• [WHAT NEEDS TO BE DONE]:
Please take the records that follow and repeat exactly the lines starting with the line with "#7=PRODUCT_DEFINITION_SHAPE('','',#6);" and going on through the line with "#28=CARTESIAN_POINT('',(0.,0.,0.));".

• [GIVEN ENTRIES]:

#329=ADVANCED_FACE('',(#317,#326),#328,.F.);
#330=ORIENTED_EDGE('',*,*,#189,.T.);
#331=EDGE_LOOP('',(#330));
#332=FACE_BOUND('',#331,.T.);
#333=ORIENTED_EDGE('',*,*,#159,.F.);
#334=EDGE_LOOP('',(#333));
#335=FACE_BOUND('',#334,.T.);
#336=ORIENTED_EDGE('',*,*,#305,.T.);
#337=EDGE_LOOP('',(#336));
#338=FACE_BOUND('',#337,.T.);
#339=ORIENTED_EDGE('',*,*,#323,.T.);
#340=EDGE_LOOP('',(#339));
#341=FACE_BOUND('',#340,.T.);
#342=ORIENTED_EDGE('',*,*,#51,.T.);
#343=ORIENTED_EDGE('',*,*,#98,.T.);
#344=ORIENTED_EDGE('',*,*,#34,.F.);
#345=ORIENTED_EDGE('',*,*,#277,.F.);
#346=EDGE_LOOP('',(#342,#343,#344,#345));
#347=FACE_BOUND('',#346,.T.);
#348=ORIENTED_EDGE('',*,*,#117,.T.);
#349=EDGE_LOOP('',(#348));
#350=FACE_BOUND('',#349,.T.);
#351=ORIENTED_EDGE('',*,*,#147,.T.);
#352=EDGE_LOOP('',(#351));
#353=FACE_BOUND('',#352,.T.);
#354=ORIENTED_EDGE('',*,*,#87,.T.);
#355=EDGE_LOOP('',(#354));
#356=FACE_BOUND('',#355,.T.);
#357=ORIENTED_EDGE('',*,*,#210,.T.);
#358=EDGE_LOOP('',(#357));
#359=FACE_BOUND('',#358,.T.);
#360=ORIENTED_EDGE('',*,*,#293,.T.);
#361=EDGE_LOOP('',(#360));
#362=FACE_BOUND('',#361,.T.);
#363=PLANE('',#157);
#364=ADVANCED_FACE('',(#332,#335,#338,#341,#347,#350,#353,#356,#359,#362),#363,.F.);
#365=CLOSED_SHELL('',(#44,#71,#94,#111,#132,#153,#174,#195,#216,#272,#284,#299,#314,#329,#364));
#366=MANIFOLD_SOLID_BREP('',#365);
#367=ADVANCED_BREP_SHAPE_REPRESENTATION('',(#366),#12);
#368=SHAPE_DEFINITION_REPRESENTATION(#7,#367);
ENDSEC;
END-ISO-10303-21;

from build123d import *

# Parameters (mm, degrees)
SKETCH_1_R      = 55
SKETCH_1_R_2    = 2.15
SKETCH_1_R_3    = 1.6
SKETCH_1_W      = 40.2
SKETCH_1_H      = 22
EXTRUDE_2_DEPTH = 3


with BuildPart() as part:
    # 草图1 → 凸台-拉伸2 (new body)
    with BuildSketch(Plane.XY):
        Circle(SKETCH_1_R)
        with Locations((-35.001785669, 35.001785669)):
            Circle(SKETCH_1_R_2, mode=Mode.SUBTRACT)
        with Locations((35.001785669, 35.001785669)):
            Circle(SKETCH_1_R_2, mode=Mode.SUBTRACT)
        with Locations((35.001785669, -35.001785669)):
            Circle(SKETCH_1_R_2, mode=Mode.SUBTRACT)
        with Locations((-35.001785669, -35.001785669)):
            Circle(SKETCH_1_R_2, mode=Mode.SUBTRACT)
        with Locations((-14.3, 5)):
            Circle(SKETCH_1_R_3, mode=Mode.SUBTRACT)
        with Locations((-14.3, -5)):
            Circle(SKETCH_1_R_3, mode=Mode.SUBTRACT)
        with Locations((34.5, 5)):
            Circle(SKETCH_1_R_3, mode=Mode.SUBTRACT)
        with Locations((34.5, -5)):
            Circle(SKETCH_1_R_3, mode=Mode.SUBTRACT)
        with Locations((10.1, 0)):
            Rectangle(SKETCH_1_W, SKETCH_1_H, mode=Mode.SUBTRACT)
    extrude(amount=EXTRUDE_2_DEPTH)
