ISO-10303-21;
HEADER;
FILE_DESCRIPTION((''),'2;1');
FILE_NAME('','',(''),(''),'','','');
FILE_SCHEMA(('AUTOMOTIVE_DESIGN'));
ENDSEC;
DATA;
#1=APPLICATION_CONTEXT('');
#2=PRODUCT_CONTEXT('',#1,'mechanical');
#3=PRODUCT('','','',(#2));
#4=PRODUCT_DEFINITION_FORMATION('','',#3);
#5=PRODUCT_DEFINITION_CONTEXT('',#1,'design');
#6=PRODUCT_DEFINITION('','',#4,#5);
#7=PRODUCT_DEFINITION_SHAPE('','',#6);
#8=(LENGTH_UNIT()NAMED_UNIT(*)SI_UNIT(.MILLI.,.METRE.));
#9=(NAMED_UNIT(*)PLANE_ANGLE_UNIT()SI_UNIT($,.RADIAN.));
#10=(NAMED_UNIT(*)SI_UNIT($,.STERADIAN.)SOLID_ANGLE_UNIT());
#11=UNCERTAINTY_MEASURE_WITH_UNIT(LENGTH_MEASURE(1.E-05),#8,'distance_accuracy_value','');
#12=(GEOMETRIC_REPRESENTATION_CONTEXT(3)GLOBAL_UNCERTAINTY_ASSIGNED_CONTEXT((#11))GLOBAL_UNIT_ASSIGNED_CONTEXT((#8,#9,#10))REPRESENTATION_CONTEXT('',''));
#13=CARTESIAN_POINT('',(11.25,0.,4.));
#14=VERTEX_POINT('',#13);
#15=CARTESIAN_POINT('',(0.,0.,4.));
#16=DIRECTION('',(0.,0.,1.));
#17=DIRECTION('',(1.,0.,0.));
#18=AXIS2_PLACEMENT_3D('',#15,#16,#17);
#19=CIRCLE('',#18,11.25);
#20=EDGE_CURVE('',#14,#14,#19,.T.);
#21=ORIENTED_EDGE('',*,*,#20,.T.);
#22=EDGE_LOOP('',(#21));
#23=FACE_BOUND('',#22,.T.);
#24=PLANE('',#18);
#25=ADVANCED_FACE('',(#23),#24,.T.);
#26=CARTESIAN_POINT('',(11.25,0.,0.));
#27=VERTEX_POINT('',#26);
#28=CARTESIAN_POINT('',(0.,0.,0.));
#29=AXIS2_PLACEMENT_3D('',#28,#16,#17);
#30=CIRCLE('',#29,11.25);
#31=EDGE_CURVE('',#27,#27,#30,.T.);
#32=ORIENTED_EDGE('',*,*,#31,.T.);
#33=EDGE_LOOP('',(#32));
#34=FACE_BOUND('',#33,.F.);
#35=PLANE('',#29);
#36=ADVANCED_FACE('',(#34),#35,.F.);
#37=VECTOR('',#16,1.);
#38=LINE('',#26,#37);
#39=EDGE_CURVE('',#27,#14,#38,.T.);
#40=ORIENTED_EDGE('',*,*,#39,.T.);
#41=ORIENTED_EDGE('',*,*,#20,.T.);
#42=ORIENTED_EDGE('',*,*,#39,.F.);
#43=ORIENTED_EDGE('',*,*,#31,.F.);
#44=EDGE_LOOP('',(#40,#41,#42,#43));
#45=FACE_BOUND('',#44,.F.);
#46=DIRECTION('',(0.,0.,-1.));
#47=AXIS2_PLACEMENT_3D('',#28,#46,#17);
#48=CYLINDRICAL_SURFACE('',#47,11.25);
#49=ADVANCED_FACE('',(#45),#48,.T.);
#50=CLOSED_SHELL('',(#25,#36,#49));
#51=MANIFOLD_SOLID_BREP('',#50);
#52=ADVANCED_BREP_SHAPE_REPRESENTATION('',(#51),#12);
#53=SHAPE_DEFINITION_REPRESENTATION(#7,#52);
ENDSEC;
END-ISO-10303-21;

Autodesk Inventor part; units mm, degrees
ref_plane "YZ Plane" through (0, 0, 0) normal (1, 0, 0) x (0, 1, 0)
ref_plane "XZ Plane" through (0, 0, 0) normal (0, 1, 0) x (-1, 0, 0)
ref_plane "XY Plane" through (0, 0, 0) normal (0, 0, 1) x (1, 0, 0)
sketch "Sketch1" plane through (0, 0, 0) normal (0, 0, 1) x (1, 0, 0)
  circle A0 centre (0, 0) radius 11.25
  dimension "d0" = 22.5
  dimension "d0" = 22.5
extrude "Extrusion1" add sketch "Sketch1" along normal blind 4
properties part number "gear1"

• [ANSWER BELOW]:
#7=PRODUCT_DEFINITION_SHAPE('','',#6);
#8=(LENGTH_UNIT()NAMED_UNIT(*)SI_UNIT(.MILLI.,.METRE.));
#9=(NAMED_UNIT(*)PLANE_ANGLE_UNIT()SI_UNIT($,.RADIAN.));
#10=(NAMED_UNIT(*)SI_UNIT($,.STERADIAN.)SOLID_ANGLE_UNIT());
#11=UNCERTAINTY_MEASURE_WITH_UNIT(LENGTH_MEASURE(1.E-05),#8,'distance_accuracy_value','');
#12=(GEOMETRIC_REPRESENTATION_CONTEXT(3)GLOBAL_UNCERTAINTY_ASSIGNED_CONTEXT((#11))GLOBAL_UNIT_ASSIGNED_CONTEXT((#8,#9,#10))REPRESENTATION_CONTEXT('',''));
#13=CARTESIAN_POINT('',(11.25,0.,4.));
#14=VERTEX_POINT('',#13);
#15=CARTESIAN_POINT('',(0.,0.,4.));
#16=DIRECTION('',(0.,0.,1.));
#17=DIRECTION('',(1.,0.,0.));
#18=AXIS2_PLACEMENT_3D('',#15,#16,#17);
#19=CIRCLE('',#18,11.25);
#20=EDGE_CURVE('',#14,#14,#19,.T.);
#21=ORIENTED_EDGE('',*,*,#20,.T.);
#22=EDGE_LOOP('',(#21));
#23=FACE_BOUND('',#22,.T.);
#24=PLANE('',#18);
#25=ADVANCED_FACE('',(#23),#24,.T.);
#26=CARTESIAN_POINT('',(11.25,0.,0.));
#27=VERTEX_POINT('',#26);
#28=CARTESIAN_POINT('',(0.,0.,0.));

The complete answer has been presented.